**Goal of the exercise:**
For this exercise, reproduce the entries below exactly, but only from the line containing "f 123 118 124" through the line containing "f 120 122 121", both included.

**Dataset content:**
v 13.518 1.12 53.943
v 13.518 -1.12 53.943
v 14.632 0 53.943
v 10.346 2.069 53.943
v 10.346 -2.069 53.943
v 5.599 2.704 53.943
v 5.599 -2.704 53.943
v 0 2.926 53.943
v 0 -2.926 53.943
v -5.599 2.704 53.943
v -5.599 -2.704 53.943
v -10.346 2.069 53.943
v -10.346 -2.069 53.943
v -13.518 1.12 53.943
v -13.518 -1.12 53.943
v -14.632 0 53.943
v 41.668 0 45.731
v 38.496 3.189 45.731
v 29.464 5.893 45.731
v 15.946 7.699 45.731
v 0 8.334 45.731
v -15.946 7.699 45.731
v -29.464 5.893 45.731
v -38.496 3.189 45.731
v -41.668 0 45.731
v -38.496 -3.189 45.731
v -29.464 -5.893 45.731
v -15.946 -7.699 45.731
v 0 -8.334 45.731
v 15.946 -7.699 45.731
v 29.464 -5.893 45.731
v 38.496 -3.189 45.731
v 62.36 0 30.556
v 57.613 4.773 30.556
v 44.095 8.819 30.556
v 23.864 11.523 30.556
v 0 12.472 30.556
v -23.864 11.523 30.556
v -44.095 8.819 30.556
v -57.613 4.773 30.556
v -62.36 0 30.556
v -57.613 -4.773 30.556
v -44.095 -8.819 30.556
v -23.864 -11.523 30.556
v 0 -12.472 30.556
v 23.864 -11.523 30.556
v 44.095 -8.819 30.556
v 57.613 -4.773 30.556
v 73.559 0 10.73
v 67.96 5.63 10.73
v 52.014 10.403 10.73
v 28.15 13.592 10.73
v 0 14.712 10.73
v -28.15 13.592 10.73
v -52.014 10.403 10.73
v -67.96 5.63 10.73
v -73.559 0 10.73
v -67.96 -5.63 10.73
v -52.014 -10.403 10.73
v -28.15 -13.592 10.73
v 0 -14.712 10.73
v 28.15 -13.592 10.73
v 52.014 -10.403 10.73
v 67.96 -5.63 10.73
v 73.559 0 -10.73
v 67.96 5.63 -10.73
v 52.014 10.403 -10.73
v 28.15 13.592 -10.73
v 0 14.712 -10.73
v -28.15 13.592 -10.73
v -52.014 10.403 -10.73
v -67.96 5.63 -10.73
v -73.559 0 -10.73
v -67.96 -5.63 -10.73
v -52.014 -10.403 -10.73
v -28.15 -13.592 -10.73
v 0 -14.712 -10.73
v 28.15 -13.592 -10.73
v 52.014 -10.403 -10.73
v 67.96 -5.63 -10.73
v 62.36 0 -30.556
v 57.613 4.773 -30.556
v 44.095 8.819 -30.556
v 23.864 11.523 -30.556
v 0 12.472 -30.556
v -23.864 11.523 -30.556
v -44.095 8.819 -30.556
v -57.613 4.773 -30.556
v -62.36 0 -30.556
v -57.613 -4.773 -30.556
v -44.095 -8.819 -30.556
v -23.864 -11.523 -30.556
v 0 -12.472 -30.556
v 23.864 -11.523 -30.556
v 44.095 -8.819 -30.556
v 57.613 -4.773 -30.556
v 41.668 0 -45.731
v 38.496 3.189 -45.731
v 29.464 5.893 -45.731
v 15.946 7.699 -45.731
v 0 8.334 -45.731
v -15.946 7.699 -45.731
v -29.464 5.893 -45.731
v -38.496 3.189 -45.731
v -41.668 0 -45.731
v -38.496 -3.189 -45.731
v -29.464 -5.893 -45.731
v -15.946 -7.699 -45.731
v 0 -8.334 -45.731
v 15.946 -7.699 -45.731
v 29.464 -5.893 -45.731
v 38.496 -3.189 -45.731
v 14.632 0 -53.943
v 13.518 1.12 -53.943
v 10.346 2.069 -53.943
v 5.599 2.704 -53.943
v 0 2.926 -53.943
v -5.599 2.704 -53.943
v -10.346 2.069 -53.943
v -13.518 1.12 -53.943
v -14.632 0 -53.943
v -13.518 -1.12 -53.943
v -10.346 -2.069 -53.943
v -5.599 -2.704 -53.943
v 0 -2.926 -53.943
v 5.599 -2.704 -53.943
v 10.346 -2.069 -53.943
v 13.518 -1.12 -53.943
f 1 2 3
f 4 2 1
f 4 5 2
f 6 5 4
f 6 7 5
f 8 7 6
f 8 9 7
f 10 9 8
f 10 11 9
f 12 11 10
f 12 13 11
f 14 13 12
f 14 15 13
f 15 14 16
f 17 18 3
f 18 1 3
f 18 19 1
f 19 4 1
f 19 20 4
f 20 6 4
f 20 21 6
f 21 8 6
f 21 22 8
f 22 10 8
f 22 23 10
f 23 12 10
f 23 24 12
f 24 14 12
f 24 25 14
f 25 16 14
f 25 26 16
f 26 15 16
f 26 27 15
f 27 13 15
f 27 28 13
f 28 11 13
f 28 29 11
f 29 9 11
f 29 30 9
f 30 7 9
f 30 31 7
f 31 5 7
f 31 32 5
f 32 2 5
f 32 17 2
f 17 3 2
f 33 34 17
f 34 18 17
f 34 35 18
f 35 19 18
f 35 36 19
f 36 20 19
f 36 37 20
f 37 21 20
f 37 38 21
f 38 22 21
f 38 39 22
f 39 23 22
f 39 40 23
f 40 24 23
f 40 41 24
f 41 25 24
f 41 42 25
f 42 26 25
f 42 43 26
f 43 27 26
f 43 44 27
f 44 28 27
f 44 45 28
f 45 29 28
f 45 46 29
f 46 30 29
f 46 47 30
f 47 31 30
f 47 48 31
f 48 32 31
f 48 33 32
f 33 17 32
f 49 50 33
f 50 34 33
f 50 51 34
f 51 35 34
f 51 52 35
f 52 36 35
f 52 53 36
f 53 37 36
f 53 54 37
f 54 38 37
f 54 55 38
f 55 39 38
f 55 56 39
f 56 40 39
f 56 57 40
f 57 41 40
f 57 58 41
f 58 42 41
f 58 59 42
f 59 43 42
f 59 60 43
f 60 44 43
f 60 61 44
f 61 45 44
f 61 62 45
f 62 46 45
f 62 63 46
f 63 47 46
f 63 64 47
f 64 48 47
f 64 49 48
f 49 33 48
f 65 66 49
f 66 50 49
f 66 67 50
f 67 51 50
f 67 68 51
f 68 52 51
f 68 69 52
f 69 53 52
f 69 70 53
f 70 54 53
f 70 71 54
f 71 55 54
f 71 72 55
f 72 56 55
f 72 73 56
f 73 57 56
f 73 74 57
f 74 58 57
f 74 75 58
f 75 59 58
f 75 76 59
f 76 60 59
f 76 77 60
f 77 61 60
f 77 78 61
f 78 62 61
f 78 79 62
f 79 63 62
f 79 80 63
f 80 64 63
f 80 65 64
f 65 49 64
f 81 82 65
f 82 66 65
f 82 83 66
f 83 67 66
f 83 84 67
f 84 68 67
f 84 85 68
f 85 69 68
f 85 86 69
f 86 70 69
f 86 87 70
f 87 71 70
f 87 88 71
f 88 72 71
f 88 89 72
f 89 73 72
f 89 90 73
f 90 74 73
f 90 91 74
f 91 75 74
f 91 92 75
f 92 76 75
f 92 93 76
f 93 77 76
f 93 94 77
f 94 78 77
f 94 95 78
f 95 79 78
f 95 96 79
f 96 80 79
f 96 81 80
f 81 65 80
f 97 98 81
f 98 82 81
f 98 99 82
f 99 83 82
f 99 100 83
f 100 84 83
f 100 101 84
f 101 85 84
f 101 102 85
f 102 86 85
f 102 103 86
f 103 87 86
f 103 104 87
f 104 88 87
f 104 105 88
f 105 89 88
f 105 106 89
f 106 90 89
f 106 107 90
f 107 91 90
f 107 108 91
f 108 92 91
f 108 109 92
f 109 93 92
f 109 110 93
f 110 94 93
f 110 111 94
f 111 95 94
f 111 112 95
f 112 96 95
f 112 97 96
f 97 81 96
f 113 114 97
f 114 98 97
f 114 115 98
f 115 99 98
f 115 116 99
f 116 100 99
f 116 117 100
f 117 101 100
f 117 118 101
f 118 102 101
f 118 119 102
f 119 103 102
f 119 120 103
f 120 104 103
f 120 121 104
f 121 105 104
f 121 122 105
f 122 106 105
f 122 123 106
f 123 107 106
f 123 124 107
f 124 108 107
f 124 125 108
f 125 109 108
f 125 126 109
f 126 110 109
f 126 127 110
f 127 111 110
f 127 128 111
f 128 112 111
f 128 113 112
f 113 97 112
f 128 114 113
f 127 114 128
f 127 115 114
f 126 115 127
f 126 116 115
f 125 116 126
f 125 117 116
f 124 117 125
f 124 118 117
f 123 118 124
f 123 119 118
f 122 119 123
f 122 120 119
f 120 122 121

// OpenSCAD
// Generated by SolidPython 1.0.1 on 2020-07-29 00:46:51


scale(v = [15, 3, 11]) {
	sphere(r = 5);
}
/***********************************************
*********      SolidPython code:      **********
************************************************
 
# import packages: SolidPython
from solid import *
from solid.utils import *
from itertools import chain, combinations, permutations


class Resize:

    def __init__(self, scad_file):
        self.scad_file = scad_file
        #self.scad_file = import_scad(scad_file)
        # cone/cylinder param:
        self.r1 = 0
        self.r2 = 0
        self.h = 0
        # rectangular prism param:
        self.w = 0
        self.l = 0
        # ellipse param:
        self.r = 0

    # import OpenScad code (file name corresponds to shape)


    # classify shape + parameters
    def assign(self, param1, param2, param3):
        if self.scad_file == 'cone.scad':
            self.r1 = param1
            self.r2 = param2
            self.h = param3
        elif self.scad_file == 'cylinder.scad':
            self.r1 = param1
            self.r2 = param2
            self.h = param3
        elif self.scad_file == 'rectangularPrism.scad':
            self.h = param1
            self.l = param2
            self.w = param3
        else:
            self.r = param1
            self.h = param2

    # resize parameters
    def iterate(self):
        x = range(3, 20, 2)
        i = 1
        if self.scad_file == 'cone.scad':
            tempList = list(permutations(x, 2))
            for temp in tempList:
                param1 = temp[0]
                param2 = temp[1]
                filepath = 'produced_scad_files/' + 'cone' + str(param1) + '_' + str(param2) + '_' + '.scad'
                scad_render_to_file(cylinder(h=param1, r1=param2, r2=0), filepath)

        elif self.scad_file == 'cylinder.scad':
            tempList = list(permutations(x, 3))
            for temp in tempList:
                param1 = temp[0]
                param2 = temp[1]
                filepath = 'produced_scad_files/' + 'cylinder' + str(param1) + '_' + str(param2) + '_' + '.scad'
                scad_render_to_file(cylinder(h=param1, r1=param2, r2=param2), filepath)

        elif self.scad_file == 'rectangularPrism.scad':
            tempList = list(permutations(x, 3))
            for temp in tempList:
                param1 = temp[0]
                param2 = temp[1]
                param3 = temp[2]
                filepath = 'produced_scad_files/' + 'rectangularPrism' + str(param1) + '_' + str(param2) + '_' + str(
                    param3) + '.scad'
                scad_render_to_file(cube(size=(param1, param2, param3)), filepath)

        elif self.scad_file == 'ellipse.scad':
            tempList = list(permutations(x, 4))
            for temp in tempList:
                param1 = temp[0]
                param2 = temp[1]
                param3 = temp[2]
                param4 = temp[3]
                filepath = 'produced_scad_files/' + 'ellipse' + str(param1) + '_' + str(param2) + '_' + str(param3) + '_' + str(param4) + '.scad'
                scad_render_to_file(scale([param1, param2, param3])(sphere(r=param4)), filepath)

    def render_to_scadfile(self):
        scad_render_to_file(scad, 'example.scad') 
 
************************************************/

**Result of the task:**
f 123 118 124
f 123 119 118
f 122 119 123
f 122 120 119
f 120 122 121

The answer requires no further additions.